Overall, the author's response to the concerns in the Weakness section is needed to make the final decision. I am happy to increase the rating if my concerns are addressed.

伦理问题详情

N/A

审稿意见
3

PhaseFusion presents a Diffusion-based text-to-human-motion method. It consists of a learned Decoder which takes as input a periodic signal and produces human motion and a Diffusion model which produces the periodic signals for motion generation. The method produces strong results on two datasets and the authors show that the method is able to generate motion for much longer time horizons that other SOTA methods.

优点

Learning human motion in phase space for motion synthesis is novel and clever. The method produces strong results on standard benchmarks and the authors verify the effectiveness of the approach for long time horizon motion generation.

缺点

I have two major concerns: (A) the method is not well-presented and (B) the authors make many claims but do not substantiate them in text nor in ablations.

(A) Overall, the method is not well-presented:

  • the authors extend on DeepPhase and the paper requires an understanding of this work - the authors should have briefly described DeepPhase in equations at the beginning of Section 3 - this would have been a great opportunity to also differentiate their work from DeepPhase
  • A method overview is missing and Figure 2 is insufficient for this. For example, it only becomes clear in Section 3.3. on page 5 that the authors utilize a multiple training stages.
  • Figure 2 is unclear: what are the different steps and how are they connected? This could be improved by adding better descriptions in text and in the figure, i.e. linking the Figure with the Equations and text.
  • In Section 3.3 diffusion is briefly introduced. However, only the forward step is presented in equations while the backward step- arguably the more relevant part for this work - is not.
  • The last Sentence of 3.3. is unclear: “what” loss function is used to train “what” part of the network?

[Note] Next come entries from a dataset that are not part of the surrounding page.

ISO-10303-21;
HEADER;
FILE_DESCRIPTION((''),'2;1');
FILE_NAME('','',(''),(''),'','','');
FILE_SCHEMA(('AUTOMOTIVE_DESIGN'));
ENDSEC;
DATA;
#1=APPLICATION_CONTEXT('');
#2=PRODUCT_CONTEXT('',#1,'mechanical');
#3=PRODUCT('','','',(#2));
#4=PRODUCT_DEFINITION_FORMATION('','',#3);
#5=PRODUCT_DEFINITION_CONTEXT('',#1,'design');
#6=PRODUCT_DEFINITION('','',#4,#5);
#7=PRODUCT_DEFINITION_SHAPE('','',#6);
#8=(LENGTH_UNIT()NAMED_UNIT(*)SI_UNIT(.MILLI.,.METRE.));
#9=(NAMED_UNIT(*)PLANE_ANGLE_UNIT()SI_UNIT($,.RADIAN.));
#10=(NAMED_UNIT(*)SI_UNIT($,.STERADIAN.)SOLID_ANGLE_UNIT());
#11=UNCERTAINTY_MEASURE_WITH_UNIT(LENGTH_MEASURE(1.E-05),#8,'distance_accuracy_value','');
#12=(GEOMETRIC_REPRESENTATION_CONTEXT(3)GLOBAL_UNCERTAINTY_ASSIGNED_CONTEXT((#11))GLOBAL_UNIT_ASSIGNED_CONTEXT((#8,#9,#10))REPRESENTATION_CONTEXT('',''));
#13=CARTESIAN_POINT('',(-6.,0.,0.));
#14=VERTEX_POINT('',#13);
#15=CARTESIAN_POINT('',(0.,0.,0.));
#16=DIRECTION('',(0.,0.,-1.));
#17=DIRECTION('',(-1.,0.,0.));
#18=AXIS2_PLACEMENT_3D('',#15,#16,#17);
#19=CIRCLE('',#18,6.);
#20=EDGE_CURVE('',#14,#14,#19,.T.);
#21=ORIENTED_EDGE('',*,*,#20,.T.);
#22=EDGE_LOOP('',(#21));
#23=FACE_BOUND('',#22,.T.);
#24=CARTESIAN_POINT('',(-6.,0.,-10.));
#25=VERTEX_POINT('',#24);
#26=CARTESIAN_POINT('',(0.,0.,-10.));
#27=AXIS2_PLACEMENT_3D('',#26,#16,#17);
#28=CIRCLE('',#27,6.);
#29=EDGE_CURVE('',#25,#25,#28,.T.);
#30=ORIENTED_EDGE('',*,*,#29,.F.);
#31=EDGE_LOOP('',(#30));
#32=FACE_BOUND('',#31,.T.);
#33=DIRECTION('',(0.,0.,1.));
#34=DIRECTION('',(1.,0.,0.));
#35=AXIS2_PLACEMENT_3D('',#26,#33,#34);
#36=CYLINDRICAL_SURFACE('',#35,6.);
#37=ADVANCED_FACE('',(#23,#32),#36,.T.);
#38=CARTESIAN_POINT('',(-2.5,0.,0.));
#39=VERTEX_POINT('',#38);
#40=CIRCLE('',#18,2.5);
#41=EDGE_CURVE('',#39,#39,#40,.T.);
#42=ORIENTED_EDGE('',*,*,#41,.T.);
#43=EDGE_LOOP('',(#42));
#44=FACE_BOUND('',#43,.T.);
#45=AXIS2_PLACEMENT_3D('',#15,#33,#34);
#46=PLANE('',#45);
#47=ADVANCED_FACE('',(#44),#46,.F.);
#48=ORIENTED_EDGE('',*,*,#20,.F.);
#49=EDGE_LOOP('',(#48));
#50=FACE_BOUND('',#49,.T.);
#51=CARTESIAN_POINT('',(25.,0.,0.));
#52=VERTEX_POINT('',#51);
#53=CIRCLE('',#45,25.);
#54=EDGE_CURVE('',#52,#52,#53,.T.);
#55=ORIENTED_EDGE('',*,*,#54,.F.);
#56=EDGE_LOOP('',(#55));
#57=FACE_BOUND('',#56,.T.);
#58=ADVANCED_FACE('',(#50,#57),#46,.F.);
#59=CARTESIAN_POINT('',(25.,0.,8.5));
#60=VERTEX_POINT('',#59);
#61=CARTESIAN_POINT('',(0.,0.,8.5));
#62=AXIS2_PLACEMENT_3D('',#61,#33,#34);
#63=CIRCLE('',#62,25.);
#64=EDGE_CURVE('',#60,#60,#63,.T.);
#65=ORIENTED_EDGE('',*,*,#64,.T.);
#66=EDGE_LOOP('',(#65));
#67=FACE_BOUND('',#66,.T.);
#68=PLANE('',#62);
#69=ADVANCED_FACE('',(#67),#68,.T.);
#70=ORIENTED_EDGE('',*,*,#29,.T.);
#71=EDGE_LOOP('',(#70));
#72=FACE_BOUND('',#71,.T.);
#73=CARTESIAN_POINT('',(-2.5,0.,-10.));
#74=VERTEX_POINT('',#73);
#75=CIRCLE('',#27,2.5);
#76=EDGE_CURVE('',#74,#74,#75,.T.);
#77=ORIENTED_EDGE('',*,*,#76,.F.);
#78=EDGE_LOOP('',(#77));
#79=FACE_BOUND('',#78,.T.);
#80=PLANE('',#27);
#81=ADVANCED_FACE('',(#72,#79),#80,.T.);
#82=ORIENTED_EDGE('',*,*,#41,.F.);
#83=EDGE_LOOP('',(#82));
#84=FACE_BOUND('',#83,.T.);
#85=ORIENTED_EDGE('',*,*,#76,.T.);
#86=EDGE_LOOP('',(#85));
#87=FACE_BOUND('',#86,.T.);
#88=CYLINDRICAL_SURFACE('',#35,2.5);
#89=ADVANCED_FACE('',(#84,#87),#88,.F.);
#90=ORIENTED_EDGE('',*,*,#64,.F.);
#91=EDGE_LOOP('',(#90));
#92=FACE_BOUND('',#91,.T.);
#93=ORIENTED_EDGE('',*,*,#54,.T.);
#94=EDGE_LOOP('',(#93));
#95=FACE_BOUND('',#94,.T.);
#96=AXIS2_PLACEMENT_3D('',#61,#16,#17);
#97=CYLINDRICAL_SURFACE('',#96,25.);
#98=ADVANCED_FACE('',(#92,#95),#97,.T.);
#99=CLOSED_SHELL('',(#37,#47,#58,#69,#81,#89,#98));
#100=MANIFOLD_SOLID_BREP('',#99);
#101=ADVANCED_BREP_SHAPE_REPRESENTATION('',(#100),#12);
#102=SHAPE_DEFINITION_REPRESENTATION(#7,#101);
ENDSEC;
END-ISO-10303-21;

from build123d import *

# Parameters (mm, degrees)
SKETCH1_R           = 25
BOSS_EXTRUDE1_DEPTH = 8.5
SKETCH2_R           = 6
SKETCH2_R_2         = 2.5
BOSS_EXTRUDE2_DEPTH = 10


with BuildPart() as part:
    # Sketch1 → Boss-Extrude1 (new body)
    with BuildSketch(Plane.XY):
        Circle(SKETCH1_R)
    extrude(amount=BOSS_EXTRUDE1_DEPTH)

    # Sketch2 → Boss-Extrude2 (add)
    with BuildSketch(Plane(origin=(0, 0, 0), x_dir=(-1, 0, 0), z_dir=(0, 0, -1))):
        Circle(SKETCH2_R)
        Circle(SKETCH2_R_2, mode=Mode.SUBTRACT)
    extrude(amount=BOSS_EXTRUDE2_DEPTH)


solid = part.part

The method has many steps, starting at the pose preprocessing, pre-training of the encoder decoder model and finally the diffusion model. I strongly suggest that the authors first start Section 3 with an overview of the method, outlining the general idea, explaining that the encoder-decoder are retrained and how the pre-processing works. The method is not well-descried in Equations but rather in text. This makes it really difficult to follow. I strongly suggest to rely more on Equations - those can be used not just in text but also for example in Figure 2, linking the overview image with the text.

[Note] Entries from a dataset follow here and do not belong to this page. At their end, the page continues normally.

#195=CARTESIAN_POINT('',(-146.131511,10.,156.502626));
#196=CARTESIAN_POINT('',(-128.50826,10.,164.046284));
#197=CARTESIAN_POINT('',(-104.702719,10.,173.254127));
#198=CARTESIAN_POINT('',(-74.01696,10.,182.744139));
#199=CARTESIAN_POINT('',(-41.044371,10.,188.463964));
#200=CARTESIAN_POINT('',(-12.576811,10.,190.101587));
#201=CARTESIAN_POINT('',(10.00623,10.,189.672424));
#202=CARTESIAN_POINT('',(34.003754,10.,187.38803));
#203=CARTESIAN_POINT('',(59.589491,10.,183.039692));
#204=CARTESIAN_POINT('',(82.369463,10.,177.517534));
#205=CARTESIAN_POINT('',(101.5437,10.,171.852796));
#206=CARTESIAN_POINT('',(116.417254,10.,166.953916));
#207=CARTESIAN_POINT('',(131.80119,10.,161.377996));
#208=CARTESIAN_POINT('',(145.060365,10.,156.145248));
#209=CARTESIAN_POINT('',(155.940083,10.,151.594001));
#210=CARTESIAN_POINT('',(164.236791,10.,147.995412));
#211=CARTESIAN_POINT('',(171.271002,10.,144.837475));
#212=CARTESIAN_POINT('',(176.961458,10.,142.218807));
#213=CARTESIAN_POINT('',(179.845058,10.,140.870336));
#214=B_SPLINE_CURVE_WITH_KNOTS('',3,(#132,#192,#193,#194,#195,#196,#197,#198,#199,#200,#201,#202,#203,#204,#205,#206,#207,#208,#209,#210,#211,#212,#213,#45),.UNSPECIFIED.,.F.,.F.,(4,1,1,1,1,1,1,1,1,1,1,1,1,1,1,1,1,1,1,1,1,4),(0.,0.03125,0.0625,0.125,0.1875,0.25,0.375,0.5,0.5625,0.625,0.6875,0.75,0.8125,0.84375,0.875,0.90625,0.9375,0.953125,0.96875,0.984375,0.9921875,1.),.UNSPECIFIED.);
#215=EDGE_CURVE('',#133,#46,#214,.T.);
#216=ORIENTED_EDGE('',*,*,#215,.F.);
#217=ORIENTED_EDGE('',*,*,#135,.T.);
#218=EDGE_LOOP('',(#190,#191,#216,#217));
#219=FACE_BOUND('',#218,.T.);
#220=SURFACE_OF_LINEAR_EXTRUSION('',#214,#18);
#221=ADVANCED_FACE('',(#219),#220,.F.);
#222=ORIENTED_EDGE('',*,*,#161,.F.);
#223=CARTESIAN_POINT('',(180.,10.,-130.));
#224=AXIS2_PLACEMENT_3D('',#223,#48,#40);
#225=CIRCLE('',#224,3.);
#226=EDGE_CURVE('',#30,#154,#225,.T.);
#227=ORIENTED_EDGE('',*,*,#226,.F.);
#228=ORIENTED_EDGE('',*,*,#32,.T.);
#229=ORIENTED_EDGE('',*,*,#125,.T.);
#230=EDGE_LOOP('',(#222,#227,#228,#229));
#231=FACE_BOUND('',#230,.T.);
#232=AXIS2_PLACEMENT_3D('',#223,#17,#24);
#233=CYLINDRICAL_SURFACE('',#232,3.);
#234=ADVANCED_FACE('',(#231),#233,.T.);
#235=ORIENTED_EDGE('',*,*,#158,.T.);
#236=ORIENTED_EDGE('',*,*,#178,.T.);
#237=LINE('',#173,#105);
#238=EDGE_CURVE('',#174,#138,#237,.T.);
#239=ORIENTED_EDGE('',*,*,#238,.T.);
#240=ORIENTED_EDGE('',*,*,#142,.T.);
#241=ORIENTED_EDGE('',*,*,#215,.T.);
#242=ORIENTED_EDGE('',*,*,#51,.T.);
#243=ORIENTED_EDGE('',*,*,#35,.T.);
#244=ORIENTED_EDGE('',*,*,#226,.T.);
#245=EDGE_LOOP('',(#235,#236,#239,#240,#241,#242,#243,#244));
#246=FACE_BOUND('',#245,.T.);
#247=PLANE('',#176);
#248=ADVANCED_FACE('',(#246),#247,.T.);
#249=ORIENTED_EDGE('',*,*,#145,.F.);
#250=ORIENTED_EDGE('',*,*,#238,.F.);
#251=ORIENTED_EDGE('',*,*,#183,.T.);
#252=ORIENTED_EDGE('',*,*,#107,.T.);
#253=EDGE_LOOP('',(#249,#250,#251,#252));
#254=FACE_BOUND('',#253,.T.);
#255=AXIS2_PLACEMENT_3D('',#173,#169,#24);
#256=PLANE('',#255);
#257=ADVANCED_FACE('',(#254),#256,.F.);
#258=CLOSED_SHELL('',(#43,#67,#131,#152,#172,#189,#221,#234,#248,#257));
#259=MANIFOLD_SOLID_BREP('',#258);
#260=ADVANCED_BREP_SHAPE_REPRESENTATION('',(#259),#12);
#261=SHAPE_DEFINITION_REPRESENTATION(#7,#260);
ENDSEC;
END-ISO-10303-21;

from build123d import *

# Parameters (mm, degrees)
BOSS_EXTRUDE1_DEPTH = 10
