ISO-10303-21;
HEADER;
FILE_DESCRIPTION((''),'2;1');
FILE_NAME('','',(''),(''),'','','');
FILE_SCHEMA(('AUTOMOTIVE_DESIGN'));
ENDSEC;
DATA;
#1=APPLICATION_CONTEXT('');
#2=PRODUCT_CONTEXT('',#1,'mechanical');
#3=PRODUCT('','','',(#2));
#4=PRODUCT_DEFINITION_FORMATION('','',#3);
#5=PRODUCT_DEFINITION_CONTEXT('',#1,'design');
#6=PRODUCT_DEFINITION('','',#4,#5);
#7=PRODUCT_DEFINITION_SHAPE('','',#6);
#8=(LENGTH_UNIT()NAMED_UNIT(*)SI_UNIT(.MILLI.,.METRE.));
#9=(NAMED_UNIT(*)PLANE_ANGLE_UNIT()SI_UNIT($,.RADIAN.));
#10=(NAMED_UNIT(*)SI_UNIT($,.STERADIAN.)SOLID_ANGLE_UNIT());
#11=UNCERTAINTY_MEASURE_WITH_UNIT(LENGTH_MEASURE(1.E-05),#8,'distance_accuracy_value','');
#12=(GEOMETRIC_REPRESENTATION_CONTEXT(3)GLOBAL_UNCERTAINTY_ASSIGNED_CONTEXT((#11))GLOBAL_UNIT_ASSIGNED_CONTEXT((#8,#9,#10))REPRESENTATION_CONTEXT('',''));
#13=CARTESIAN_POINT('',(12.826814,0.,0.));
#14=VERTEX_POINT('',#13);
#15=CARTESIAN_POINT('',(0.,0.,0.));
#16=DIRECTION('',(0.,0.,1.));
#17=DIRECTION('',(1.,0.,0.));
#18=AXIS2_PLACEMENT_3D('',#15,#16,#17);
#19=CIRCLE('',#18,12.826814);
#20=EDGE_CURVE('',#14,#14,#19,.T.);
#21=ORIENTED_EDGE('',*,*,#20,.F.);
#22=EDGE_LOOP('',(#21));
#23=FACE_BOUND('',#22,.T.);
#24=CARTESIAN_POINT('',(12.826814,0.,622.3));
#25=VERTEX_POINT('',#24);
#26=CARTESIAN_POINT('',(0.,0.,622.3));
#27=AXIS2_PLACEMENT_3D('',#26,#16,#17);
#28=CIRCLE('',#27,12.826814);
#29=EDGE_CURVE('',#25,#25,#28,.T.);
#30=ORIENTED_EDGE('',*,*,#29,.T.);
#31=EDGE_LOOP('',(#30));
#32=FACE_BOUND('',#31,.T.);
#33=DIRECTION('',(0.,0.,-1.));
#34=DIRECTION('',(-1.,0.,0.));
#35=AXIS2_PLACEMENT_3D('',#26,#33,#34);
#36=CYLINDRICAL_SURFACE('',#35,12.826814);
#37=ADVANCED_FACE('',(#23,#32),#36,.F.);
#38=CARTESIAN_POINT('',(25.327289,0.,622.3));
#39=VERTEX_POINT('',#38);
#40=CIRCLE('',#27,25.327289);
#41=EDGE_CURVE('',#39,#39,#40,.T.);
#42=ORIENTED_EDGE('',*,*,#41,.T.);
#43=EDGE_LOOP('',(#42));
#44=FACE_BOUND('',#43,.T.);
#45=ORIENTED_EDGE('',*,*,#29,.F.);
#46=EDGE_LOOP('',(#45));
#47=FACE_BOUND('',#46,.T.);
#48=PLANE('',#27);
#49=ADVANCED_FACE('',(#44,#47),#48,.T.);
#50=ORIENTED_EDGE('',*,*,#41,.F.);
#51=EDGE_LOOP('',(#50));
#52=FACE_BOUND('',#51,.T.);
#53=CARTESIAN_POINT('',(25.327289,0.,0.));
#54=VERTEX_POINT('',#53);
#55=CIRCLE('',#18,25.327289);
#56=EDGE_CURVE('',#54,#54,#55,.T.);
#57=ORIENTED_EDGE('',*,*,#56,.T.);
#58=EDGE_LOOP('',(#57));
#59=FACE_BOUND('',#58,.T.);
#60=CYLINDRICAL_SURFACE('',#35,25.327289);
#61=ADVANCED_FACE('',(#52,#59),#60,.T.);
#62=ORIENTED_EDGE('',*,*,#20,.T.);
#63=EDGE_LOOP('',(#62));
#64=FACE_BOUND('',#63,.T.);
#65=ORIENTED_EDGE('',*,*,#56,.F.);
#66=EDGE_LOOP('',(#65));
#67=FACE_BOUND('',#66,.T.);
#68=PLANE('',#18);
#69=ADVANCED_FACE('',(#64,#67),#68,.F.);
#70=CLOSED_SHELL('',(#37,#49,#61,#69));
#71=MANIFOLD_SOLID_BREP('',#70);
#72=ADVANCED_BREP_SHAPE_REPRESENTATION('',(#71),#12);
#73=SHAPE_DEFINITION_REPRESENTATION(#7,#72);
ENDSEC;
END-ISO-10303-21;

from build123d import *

# Parameters (mm, degrees)
SKETCH1_R           = 25.32728946
SKETCH1_R_2         = 12.826813773
BOSS_EXTRUDE1_DEPTH = 622.3


with BuildPart() as part:
    # Sketch1 → Boss-Extrude1 (new body)
    with BuildSketch(Plane.XY):
        Circle(SKETCH1_R)
        Circle(SKETCH1_R_2, mode=Mode.SUBTRACT)
    extrude(amount=BOSS_EXTRUDE1_DEPTH)


solid = part.part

The authors claim that they utilize a “compact yet expressive … phase space” (Abstract) but in Section 3.2 it seems that latent “phase” representation X has the same amount of phases as pose (?) signal S has time steps - so it seems that no high-frequency signals are actually removed and no compression is happening.

(B) The paper makes many claims which are not substantiated in text or ablation:

  • Page 2: “By encoding motion in … periodic phase space we alleviate the need for large amounts of training data” - How? This is not confirmed by any experiments and I don’t see how that would help with missing data. This claim should be explained in more detail and also ablated.
  • Page 3: “(2) DeepPhase tends to encode low-frequency components…. leading to limited accuracy” - why?
  • Page 5: “it facilitates the synthesis of a broader range of motions that surpass the training motion distribution;” how is this verified? This is a very big claim
  • Page 5: “it fosters a continuous motion embedding in the frequency domain” - could the authors expand on what the mean here by “continuous motion embedding”?

Minor:

  • Figure 4 is missing x- and y-axis labels.
  • The authors sometimes use the term “video” (e.g. Section 3.2) when I believe they mean “human motion sequence”?
  • In 3.1 replace “... feature vector did_i that <extracts> temporal …” with “... feature vector did_i that <contains> temporal …”

问题

What is the limit of the generation length? For example, in Figure 1, can the circle be closed and looped over if the number of frames increases? Would the circle stay the same size?

I find the last video sample very impressive: is this one continuous generation or are the prompts fed into the model separately and the start- and end-poses are fit between the different generations?